#### Records to use
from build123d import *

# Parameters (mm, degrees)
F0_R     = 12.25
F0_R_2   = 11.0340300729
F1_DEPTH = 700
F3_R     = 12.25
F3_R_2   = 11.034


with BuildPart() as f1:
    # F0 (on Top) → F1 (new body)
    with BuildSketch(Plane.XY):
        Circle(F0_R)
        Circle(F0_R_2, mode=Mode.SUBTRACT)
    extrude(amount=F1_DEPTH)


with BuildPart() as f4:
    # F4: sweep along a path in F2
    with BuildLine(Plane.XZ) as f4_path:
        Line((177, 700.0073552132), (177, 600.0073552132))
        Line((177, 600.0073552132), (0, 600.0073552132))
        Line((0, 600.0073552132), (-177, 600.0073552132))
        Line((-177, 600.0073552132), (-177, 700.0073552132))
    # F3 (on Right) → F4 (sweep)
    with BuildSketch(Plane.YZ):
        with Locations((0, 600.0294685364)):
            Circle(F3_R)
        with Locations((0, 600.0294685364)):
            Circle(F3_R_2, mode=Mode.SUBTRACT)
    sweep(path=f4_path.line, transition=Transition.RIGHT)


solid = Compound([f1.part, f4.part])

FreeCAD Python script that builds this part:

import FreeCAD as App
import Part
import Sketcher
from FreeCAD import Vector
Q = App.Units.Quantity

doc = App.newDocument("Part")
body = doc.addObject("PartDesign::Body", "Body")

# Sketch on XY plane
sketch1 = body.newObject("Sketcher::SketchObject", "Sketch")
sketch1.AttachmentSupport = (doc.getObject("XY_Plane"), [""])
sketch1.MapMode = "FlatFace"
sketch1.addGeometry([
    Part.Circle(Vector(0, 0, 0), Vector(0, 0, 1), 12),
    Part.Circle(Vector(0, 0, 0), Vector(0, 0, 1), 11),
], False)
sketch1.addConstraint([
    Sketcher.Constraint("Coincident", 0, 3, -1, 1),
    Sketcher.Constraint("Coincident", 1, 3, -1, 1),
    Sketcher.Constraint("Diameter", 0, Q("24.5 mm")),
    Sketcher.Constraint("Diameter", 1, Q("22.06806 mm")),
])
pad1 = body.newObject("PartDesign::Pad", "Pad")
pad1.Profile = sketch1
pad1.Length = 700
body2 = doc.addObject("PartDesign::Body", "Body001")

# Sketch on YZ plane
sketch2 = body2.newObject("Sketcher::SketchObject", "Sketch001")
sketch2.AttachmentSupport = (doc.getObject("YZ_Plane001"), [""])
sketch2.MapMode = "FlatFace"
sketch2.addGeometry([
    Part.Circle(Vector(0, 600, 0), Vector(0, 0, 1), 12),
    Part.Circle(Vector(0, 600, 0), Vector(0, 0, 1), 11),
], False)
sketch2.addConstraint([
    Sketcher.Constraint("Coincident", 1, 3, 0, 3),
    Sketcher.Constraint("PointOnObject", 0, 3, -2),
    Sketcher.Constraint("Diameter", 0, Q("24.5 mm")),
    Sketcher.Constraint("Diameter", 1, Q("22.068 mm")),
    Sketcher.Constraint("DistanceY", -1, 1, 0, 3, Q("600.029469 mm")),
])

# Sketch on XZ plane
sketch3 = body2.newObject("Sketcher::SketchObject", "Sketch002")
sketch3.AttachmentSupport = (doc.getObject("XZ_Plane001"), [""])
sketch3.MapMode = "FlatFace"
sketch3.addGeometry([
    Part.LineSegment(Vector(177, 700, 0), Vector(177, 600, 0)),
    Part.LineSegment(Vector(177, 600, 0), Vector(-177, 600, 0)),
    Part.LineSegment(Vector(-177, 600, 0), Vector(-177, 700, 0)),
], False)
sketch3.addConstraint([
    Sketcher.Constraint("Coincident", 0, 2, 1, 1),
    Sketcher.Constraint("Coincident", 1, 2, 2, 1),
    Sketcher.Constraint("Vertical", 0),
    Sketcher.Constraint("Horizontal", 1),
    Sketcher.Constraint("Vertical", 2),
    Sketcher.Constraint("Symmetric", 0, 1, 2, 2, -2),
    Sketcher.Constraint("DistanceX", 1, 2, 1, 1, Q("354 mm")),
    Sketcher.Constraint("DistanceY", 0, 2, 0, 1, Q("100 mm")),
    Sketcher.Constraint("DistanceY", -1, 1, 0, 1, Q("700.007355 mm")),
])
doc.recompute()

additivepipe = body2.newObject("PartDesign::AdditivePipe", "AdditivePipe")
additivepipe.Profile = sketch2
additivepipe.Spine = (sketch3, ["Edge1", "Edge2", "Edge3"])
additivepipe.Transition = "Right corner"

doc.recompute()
########
#### Records to use
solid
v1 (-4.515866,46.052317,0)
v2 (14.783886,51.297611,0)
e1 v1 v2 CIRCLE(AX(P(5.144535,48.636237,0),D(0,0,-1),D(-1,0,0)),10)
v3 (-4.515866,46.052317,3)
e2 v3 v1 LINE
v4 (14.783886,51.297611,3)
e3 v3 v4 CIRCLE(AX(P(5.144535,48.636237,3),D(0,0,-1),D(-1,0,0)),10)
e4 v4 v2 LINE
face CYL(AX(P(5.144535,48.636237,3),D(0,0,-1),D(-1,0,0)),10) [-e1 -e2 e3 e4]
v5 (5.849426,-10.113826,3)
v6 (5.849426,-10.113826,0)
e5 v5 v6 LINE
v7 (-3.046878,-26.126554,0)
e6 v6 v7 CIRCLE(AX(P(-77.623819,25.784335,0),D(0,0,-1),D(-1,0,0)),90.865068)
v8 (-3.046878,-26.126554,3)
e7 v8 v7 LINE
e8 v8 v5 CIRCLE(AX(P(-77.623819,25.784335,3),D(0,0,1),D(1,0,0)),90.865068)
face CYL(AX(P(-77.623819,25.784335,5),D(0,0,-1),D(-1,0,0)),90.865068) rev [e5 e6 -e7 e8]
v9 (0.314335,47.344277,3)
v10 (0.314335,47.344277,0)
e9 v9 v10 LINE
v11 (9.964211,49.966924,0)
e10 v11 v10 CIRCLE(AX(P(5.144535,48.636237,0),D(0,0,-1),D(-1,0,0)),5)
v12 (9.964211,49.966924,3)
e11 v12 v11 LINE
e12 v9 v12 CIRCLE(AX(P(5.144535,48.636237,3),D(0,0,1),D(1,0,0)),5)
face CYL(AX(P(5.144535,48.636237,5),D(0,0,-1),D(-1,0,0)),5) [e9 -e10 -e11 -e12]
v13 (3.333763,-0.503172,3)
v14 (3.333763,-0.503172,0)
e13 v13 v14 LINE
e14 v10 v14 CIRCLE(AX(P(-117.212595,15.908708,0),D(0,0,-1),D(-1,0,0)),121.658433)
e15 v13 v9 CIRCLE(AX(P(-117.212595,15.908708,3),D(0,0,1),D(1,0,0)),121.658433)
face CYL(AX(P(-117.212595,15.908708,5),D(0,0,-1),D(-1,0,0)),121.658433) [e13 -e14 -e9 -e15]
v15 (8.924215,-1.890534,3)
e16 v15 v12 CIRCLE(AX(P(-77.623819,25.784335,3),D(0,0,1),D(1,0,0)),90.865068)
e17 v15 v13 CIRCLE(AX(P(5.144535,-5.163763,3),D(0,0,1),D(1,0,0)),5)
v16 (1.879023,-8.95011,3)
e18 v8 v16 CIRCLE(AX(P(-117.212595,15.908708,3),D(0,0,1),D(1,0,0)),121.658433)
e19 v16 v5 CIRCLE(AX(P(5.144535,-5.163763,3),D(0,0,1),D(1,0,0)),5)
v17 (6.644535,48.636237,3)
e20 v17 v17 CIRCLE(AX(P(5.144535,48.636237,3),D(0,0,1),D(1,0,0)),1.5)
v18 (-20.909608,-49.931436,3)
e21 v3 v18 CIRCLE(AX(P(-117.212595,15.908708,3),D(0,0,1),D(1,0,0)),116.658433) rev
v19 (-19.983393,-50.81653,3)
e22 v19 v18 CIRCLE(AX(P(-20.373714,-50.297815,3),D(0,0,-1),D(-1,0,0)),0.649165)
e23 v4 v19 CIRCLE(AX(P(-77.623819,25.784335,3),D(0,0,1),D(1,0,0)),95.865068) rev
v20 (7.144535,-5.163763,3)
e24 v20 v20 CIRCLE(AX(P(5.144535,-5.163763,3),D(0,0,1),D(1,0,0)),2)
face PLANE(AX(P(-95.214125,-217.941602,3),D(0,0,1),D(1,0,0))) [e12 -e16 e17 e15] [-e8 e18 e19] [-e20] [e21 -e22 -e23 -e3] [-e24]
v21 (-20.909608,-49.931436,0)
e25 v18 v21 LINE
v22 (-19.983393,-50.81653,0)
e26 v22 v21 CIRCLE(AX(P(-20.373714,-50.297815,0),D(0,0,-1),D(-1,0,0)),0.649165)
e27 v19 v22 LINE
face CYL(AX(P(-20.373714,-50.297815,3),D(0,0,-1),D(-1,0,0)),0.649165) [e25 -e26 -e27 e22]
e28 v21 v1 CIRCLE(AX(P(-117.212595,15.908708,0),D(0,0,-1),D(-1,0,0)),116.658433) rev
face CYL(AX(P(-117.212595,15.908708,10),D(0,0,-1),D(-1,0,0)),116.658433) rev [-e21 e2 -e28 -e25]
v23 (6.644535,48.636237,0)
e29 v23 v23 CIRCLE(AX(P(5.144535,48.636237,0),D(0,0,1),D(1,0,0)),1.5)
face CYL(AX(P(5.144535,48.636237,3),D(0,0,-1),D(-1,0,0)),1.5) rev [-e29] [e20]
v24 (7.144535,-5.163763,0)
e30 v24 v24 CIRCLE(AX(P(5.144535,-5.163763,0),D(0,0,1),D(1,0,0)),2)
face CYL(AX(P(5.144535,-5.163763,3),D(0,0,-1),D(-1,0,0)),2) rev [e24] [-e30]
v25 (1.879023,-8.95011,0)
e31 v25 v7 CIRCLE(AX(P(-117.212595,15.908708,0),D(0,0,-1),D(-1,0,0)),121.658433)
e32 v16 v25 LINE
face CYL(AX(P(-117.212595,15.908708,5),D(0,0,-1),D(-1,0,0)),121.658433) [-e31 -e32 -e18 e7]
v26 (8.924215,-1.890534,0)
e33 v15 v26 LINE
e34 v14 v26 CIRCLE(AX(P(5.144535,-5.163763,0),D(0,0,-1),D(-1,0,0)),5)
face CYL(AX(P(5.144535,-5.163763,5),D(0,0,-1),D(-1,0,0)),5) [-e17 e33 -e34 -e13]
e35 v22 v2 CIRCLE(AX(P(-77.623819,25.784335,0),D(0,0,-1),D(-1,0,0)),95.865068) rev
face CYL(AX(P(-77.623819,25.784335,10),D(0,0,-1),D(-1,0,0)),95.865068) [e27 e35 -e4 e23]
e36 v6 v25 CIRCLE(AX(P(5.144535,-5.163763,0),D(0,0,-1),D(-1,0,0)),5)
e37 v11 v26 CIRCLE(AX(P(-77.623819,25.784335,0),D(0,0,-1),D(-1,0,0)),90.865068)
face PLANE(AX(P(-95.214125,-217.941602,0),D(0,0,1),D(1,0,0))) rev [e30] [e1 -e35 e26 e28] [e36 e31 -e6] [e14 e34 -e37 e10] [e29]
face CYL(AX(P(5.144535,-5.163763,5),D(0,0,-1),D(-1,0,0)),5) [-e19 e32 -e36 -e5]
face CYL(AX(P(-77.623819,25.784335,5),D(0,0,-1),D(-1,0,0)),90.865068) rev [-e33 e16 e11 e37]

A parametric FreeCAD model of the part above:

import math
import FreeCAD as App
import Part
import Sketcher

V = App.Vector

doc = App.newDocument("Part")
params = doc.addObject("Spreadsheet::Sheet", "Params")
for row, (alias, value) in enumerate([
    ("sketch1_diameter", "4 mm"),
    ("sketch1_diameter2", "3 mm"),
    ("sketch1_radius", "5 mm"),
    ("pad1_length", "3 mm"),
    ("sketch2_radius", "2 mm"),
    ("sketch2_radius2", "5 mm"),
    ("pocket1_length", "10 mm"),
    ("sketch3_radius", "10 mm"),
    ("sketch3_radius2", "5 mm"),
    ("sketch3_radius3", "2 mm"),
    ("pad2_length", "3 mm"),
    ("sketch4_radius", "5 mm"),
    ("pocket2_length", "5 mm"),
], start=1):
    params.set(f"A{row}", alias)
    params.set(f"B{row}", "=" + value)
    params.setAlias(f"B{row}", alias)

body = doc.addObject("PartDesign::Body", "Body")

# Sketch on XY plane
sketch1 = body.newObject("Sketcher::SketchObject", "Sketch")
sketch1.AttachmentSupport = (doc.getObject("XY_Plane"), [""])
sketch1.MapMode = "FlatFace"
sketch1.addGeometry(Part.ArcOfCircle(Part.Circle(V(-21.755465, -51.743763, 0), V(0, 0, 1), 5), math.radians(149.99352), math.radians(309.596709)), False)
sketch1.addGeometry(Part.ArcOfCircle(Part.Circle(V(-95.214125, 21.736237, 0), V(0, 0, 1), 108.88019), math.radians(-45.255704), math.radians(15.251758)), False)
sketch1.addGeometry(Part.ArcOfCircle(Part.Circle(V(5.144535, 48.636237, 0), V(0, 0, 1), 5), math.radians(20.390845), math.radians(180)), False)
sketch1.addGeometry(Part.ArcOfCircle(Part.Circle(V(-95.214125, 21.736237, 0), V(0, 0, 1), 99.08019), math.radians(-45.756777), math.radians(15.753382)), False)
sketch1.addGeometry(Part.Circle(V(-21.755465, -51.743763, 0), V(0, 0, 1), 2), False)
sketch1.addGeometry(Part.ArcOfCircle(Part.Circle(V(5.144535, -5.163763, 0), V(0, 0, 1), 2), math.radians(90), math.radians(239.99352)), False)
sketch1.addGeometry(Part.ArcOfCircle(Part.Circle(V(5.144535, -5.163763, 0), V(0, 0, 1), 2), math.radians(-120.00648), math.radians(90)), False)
########
Exercise instructions. Using the records above, list each line that includes "BuildSketch".

Exercise solution.
    with BuildSketch(Plane.XY):
    with BuildSketch(Plane.YZ):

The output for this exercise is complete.